My 3-way sounds rather wide and deep. I think if you guys heard it you would be impressed and proceed to tell me that I am crazy. LOL but I prefer to be engulfed in music and not so much up front.

I could see me going back to 3-way once I get a new DSP but rear fill will be a must.


----------



## sqnut (Dec 24, 2009)

It's already been said that imaging is something that keeps on improving as you tune for tonal balance and timbrel accuracy. Of course, once you have covered the basics of timing and L/R response and dialed in the base curve. The more you focus on getting it to sound real, the better the imagining gets, and this accuracy and balance comes from tweaking both the eq and the TA, in the smallest possible increments. 

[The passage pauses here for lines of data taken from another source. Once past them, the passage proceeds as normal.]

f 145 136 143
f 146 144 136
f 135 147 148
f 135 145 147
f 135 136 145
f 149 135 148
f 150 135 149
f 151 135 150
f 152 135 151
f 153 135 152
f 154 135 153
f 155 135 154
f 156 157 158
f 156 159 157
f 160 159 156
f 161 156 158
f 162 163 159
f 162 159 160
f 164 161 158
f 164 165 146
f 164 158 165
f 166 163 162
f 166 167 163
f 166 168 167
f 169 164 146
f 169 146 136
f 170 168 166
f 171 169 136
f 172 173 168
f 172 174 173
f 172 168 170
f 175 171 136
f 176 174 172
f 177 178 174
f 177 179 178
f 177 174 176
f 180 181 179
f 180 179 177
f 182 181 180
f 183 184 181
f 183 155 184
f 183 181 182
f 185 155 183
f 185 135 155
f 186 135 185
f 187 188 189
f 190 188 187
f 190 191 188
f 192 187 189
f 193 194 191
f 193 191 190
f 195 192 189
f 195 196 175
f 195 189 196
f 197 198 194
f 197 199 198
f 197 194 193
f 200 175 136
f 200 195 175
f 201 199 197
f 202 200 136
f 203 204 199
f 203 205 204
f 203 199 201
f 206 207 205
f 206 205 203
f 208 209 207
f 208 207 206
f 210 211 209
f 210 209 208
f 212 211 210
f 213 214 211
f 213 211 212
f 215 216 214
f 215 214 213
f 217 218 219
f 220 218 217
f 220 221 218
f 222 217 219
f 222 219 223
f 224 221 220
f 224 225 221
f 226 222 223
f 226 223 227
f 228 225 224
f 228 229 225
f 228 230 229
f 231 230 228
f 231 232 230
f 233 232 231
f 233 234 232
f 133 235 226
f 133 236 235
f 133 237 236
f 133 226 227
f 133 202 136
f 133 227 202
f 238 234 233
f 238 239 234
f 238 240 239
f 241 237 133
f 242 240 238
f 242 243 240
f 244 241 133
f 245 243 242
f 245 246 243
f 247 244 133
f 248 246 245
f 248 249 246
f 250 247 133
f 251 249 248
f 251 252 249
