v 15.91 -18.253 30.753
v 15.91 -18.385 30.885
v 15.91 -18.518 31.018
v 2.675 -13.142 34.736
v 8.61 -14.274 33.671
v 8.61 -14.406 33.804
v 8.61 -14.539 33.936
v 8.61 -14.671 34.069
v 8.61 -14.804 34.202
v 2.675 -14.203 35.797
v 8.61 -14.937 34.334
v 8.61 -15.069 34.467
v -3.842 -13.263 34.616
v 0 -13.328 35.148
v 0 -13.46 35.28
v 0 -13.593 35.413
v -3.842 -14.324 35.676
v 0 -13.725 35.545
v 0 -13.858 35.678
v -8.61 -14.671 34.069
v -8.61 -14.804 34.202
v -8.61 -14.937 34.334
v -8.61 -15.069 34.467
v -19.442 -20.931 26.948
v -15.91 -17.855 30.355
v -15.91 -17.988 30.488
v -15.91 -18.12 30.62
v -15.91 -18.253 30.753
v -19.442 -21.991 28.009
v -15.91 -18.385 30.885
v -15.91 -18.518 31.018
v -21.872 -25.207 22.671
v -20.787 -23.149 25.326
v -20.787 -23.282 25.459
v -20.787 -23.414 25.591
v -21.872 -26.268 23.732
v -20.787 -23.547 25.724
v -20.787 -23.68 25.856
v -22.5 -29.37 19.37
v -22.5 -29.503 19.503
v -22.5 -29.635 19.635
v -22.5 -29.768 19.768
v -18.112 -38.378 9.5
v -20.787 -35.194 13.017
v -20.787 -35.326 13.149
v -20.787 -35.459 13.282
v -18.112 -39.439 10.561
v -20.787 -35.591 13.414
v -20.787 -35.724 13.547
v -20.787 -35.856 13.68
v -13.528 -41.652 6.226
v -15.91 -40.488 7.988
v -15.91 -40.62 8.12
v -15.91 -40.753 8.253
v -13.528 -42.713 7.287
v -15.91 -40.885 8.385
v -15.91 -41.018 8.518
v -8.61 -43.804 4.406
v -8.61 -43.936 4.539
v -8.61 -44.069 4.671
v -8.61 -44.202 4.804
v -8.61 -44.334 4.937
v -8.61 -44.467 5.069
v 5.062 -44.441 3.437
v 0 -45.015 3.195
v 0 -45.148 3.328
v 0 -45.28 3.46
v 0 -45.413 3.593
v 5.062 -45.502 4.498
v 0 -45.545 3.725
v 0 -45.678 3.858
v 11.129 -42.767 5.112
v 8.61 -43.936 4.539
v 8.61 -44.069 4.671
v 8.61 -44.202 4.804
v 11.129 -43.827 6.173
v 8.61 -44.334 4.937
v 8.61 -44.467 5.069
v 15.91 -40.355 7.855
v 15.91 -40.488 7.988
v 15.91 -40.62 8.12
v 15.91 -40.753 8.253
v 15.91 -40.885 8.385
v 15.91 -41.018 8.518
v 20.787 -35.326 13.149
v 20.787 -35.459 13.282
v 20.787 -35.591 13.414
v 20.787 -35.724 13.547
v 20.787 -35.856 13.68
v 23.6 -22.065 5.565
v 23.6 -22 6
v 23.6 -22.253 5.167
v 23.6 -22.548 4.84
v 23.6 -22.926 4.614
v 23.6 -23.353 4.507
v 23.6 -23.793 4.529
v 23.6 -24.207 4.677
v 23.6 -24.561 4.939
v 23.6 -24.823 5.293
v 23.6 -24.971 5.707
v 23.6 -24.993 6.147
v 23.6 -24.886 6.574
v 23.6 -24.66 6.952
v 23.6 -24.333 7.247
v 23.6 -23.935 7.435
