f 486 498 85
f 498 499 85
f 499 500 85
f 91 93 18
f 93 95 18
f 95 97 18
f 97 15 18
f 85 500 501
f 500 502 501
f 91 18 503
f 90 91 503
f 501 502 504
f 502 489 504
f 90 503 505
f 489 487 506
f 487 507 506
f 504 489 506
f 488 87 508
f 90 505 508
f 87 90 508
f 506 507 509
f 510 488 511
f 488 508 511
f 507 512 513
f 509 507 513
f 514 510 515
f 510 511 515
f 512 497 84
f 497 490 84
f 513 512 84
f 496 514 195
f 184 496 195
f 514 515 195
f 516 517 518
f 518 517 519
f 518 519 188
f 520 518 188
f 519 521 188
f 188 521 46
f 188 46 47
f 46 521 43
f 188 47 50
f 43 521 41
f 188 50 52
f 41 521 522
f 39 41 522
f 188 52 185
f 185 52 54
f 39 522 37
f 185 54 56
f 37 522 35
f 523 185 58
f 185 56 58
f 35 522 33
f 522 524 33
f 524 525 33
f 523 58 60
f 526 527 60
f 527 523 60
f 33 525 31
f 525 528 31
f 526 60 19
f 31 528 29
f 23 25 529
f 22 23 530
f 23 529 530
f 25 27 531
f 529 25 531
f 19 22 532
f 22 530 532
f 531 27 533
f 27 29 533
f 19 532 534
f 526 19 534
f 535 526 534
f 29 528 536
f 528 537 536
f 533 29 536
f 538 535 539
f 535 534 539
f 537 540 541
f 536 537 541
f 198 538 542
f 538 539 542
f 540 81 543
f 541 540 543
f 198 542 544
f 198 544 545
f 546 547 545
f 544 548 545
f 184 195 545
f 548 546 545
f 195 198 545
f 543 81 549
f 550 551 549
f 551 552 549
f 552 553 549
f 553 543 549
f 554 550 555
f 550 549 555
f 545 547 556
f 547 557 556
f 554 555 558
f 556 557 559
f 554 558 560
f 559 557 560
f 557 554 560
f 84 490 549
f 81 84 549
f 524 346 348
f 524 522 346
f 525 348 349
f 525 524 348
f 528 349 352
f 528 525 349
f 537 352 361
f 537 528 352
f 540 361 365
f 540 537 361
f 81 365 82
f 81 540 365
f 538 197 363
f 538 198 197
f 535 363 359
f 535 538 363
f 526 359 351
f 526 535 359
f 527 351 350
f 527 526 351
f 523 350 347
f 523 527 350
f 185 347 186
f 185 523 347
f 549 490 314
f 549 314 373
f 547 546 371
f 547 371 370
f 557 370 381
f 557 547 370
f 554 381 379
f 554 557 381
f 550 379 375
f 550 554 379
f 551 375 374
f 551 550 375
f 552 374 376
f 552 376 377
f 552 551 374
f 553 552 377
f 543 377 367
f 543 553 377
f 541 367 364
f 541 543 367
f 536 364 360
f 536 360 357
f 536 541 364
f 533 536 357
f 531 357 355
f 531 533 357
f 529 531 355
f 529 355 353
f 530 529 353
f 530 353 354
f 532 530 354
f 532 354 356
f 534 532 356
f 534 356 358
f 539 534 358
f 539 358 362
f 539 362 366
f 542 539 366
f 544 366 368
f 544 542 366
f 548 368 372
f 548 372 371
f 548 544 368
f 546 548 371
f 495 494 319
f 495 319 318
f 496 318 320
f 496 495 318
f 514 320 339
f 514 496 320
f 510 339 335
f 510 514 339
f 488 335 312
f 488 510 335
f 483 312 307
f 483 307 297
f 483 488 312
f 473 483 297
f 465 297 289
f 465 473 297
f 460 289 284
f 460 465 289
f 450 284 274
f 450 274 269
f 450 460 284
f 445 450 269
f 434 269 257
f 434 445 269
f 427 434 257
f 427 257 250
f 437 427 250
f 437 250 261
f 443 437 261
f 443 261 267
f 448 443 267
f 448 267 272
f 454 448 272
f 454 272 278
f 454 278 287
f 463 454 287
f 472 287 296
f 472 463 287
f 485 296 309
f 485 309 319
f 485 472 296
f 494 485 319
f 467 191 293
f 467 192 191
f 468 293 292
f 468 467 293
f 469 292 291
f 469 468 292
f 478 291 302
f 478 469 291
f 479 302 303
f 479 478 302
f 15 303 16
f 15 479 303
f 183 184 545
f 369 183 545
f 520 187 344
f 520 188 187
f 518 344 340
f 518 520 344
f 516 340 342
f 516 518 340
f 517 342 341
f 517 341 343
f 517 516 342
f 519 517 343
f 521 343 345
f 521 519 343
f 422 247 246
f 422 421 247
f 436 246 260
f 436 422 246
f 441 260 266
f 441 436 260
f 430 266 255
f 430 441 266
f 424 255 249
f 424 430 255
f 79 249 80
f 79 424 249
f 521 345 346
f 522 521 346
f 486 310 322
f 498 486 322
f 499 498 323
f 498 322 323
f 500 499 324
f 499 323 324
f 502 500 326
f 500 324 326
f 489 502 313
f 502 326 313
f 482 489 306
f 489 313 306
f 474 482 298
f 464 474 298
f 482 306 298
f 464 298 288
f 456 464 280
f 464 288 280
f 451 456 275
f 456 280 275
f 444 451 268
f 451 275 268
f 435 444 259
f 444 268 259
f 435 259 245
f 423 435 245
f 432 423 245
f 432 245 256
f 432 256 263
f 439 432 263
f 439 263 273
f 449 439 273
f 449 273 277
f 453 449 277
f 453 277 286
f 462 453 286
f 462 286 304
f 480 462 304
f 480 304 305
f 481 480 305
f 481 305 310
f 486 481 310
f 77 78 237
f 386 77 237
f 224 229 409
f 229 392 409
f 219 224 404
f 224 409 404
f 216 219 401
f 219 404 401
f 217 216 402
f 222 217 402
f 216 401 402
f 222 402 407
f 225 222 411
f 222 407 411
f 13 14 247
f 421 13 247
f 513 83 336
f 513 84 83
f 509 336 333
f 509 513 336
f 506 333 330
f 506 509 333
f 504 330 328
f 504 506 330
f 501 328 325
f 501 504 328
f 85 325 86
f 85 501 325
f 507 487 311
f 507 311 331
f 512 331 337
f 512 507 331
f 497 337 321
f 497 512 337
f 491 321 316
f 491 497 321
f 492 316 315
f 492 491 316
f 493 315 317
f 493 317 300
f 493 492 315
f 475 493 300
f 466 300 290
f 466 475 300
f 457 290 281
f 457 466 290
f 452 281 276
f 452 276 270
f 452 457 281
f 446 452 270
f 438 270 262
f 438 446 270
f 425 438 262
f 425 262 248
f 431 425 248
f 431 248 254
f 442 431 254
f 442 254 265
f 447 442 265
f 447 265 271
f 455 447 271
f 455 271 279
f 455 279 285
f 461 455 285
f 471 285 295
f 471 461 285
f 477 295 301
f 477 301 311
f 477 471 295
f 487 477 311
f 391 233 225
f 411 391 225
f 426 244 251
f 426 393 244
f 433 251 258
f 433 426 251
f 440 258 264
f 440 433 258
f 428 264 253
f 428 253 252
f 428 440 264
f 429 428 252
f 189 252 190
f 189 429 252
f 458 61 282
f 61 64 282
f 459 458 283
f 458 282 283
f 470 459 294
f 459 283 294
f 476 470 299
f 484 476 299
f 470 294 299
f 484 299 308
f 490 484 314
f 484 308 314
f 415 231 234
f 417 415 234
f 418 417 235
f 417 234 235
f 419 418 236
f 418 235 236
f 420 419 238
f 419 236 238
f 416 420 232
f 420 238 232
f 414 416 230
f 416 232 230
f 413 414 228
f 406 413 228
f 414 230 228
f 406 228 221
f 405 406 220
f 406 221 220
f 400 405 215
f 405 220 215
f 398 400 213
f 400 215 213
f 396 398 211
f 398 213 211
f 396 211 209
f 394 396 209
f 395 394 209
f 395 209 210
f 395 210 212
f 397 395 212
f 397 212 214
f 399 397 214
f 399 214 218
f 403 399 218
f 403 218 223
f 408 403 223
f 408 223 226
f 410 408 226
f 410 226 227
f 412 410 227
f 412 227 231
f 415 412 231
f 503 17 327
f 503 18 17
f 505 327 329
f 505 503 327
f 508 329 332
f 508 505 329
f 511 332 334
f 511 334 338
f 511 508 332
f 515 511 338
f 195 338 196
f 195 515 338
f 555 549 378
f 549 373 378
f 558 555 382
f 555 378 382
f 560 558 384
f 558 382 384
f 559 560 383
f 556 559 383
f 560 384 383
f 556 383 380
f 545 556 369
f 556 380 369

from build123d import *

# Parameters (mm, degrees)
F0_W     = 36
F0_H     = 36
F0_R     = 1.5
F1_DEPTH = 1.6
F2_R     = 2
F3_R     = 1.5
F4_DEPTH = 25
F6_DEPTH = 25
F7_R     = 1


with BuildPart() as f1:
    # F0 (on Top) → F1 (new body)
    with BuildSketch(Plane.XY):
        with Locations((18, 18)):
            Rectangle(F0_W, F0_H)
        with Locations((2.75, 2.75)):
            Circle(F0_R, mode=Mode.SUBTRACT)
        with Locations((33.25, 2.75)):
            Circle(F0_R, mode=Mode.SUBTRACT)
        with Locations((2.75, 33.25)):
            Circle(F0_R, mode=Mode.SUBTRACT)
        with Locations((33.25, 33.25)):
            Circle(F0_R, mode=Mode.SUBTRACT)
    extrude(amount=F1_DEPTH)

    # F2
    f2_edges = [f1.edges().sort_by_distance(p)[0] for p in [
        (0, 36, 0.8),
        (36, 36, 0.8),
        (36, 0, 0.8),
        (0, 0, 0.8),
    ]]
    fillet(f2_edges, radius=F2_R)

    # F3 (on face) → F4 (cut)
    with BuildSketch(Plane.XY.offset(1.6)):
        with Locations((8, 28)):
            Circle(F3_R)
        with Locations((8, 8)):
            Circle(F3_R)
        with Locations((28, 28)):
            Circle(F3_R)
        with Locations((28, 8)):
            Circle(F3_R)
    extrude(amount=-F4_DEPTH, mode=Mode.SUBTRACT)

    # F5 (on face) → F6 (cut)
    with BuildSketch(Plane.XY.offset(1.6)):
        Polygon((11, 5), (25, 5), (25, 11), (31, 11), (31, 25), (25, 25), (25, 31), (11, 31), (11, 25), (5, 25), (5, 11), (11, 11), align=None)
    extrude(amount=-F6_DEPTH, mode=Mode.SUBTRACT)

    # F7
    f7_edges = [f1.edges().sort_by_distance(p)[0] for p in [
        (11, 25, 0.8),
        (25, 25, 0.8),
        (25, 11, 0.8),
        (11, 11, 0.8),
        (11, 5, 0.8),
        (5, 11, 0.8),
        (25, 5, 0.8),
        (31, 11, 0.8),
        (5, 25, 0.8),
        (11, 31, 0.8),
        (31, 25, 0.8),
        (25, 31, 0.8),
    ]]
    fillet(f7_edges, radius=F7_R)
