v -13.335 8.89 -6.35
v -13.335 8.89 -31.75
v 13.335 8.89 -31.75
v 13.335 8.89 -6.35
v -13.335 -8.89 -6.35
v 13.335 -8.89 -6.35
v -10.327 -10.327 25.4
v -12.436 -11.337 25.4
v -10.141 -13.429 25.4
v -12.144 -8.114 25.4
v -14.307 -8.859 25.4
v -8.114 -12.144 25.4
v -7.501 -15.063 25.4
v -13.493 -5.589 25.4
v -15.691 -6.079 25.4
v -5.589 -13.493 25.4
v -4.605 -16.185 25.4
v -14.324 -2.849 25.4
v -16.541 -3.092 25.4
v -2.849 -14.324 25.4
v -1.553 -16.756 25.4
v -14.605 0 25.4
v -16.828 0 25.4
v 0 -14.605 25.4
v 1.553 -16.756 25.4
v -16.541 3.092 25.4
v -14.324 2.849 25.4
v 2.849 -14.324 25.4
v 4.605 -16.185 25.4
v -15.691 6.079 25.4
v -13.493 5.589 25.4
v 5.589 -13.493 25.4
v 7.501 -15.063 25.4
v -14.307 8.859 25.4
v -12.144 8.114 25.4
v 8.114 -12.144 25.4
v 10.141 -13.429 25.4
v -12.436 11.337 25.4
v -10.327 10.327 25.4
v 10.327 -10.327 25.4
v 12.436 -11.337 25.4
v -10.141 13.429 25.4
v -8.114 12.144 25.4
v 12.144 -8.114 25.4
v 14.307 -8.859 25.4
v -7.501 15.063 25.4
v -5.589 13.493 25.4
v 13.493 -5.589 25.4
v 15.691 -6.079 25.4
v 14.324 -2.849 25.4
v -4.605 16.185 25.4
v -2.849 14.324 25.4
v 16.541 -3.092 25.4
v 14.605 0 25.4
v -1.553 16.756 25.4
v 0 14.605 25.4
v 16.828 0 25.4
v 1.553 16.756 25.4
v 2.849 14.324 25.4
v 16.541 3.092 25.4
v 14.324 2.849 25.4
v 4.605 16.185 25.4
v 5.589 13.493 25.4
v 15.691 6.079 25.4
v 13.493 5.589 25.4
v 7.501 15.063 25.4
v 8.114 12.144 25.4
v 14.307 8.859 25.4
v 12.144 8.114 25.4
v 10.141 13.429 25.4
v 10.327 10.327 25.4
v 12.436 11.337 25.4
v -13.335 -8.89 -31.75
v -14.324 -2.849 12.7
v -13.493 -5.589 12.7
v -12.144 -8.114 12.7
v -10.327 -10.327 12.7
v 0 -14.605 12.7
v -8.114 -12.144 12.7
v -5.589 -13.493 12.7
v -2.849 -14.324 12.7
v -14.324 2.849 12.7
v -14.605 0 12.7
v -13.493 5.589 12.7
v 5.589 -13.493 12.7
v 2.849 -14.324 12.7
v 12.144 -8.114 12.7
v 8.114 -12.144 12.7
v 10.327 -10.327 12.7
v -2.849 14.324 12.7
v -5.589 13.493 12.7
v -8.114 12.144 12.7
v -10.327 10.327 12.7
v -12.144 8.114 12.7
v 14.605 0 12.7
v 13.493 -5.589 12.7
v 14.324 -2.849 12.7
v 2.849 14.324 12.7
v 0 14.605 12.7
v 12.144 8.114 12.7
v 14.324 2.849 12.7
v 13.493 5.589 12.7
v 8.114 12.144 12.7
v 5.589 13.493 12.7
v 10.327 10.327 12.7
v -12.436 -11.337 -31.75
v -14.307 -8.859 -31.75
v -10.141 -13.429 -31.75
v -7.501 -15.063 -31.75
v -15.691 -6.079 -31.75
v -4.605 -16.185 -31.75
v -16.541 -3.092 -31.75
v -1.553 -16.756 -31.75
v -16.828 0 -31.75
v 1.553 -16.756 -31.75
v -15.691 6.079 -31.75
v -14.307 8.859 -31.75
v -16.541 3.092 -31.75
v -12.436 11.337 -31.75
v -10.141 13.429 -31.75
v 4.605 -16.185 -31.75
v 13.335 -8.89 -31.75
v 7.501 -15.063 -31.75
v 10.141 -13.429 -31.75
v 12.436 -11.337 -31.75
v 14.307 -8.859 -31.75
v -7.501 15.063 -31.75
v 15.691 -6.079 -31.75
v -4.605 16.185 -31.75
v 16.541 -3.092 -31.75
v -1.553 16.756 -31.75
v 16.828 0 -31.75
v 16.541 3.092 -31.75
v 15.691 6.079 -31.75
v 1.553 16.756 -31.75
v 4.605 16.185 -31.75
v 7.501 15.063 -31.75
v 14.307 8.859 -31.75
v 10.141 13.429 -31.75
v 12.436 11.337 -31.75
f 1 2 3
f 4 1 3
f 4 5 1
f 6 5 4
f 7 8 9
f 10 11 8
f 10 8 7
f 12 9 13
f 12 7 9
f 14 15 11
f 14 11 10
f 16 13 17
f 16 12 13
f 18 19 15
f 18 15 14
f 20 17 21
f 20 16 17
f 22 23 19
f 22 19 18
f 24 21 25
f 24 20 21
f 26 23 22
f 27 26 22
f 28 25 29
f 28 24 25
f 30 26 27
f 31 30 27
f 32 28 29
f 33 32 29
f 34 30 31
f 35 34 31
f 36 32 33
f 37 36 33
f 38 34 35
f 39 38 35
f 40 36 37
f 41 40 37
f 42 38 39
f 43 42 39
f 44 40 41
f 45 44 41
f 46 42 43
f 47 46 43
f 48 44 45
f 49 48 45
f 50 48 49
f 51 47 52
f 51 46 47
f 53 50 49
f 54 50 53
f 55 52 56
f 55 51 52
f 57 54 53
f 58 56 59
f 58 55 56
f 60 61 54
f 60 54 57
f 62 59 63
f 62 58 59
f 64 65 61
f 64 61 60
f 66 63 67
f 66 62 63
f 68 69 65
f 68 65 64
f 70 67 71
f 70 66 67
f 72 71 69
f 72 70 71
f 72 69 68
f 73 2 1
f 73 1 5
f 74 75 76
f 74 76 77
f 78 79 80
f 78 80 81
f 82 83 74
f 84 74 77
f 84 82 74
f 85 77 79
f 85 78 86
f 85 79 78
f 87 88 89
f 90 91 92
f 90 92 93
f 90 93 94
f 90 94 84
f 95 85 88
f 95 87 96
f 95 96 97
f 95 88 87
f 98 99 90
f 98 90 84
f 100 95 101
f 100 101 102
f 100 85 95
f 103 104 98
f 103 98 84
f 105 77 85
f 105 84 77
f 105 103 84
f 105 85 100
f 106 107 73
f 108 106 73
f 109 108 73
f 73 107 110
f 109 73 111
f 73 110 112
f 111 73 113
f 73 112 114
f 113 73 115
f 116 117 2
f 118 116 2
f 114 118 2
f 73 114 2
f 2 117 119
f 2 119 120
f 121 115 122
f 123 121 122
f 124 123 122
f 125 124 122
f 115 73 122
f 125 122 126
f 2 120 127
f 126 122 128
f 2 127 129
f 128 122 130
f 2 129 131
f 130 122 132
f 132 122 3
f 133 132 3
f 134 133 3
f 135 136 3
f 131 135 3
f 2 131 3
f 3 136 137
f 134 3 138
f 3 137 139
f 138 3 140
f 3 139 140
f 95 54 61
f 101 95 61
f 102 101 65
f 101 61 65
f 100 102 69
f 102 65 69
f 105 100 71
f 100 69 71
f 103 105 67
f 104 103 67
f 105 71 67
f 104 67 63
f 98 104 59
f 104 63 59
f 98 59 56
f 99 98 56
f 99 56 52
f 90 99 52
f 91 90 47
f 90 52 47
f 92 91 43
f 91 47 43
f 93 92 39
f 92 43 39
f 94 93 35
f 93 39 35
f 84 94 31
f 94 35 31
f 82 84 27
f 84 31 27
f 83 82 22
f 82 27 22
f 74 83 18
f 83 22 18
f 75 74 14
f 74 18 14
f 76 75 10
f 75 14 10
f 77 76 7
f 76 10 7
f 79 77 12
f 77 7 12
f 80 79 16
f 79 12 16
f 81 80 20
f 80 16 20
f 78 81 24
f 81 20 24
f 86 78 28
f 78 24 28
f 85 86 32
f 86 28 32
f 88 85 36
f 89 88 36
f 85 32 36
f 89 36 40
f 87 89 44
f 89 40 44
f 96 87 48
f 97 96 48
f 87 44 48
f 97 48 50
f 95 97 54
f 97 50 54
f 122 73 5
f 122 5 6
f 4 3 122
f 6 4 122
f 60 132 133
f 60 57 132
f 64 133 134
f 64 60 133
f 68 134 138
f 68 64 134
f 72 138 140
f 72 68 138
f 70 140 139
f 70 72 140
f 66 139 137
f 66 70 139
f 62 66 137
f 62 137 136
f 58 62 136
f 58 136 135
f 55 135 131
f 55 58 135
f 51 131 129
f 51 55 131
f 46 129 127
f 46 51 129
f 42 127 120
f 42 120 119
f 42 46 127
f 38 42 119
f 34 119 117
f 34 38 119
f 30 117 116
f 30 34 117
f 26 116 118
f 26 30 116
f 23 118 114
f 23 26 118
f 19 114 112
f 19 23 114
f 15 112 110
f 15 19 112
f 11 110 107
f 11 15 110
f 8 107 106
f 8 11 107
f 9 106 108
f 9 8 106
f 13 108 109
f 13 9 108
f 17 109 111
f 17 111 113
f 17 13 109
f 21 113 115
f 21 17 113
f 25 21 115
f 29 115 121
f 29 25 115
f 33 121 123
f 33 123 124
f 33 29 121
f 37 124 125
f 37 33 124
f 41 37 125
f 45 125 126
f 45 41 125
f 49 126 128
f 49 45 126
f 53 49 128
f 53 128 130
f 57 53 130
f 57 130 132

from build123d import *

# Parameters (mm, degrees)
F0_R          = 16.8275
F1_DEPTH      = 25.4
F1_DEPTH_BACK = 31.75
F3_R          = 14.605
F4_DEPTH      = 12.7
F6_W          = 26.67
F6_H          = 17.78
F7_DEPTH      = 25.4


with BuildPart() as f1:
    # F0 (on Top) → F1 (new body, two sides)
    with BuildSketch(Plane.XY) as f1_sk:
        Circle(F0_R)
    extrude(amount=F1_DEPTH)
    extrude(f1_sk.sketch, amount=-F1_DEPTH_BACK)

    # F3 (on offset) → F4 (cut)
    with BuildSketch(Plane.XY.offset(25.4)):
        Circle(F3_R)
    extrude(amount=-F4_DEPTH, mode=Mode.SUBTRACT)

    # F6 (on offset) → F7 (cut)
    with BuildSketch(Plane(origin=(0, 0, -31.75), x_dir=(1, 0, 0), z_dir=(0, 0, -1))):
        Rectangle(F6_W, F6_H)
    extrude(amount=-F7_DEPTH, mode=Mode.SUBTRACT)


solid = f1.part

As it sounds more real the imaging keeps improving. So how should it image at the end of it all? Well imagine the upper 2/3 of your windscreen as a pitch black stage. Now imagine the recording has the bassist at the extreme left, the vocalist on an acoustic guitar at centre front, the percussion is placed behind and to the right of the vocalist, and back up vocals and a piano are placed at the right edge of the stage. 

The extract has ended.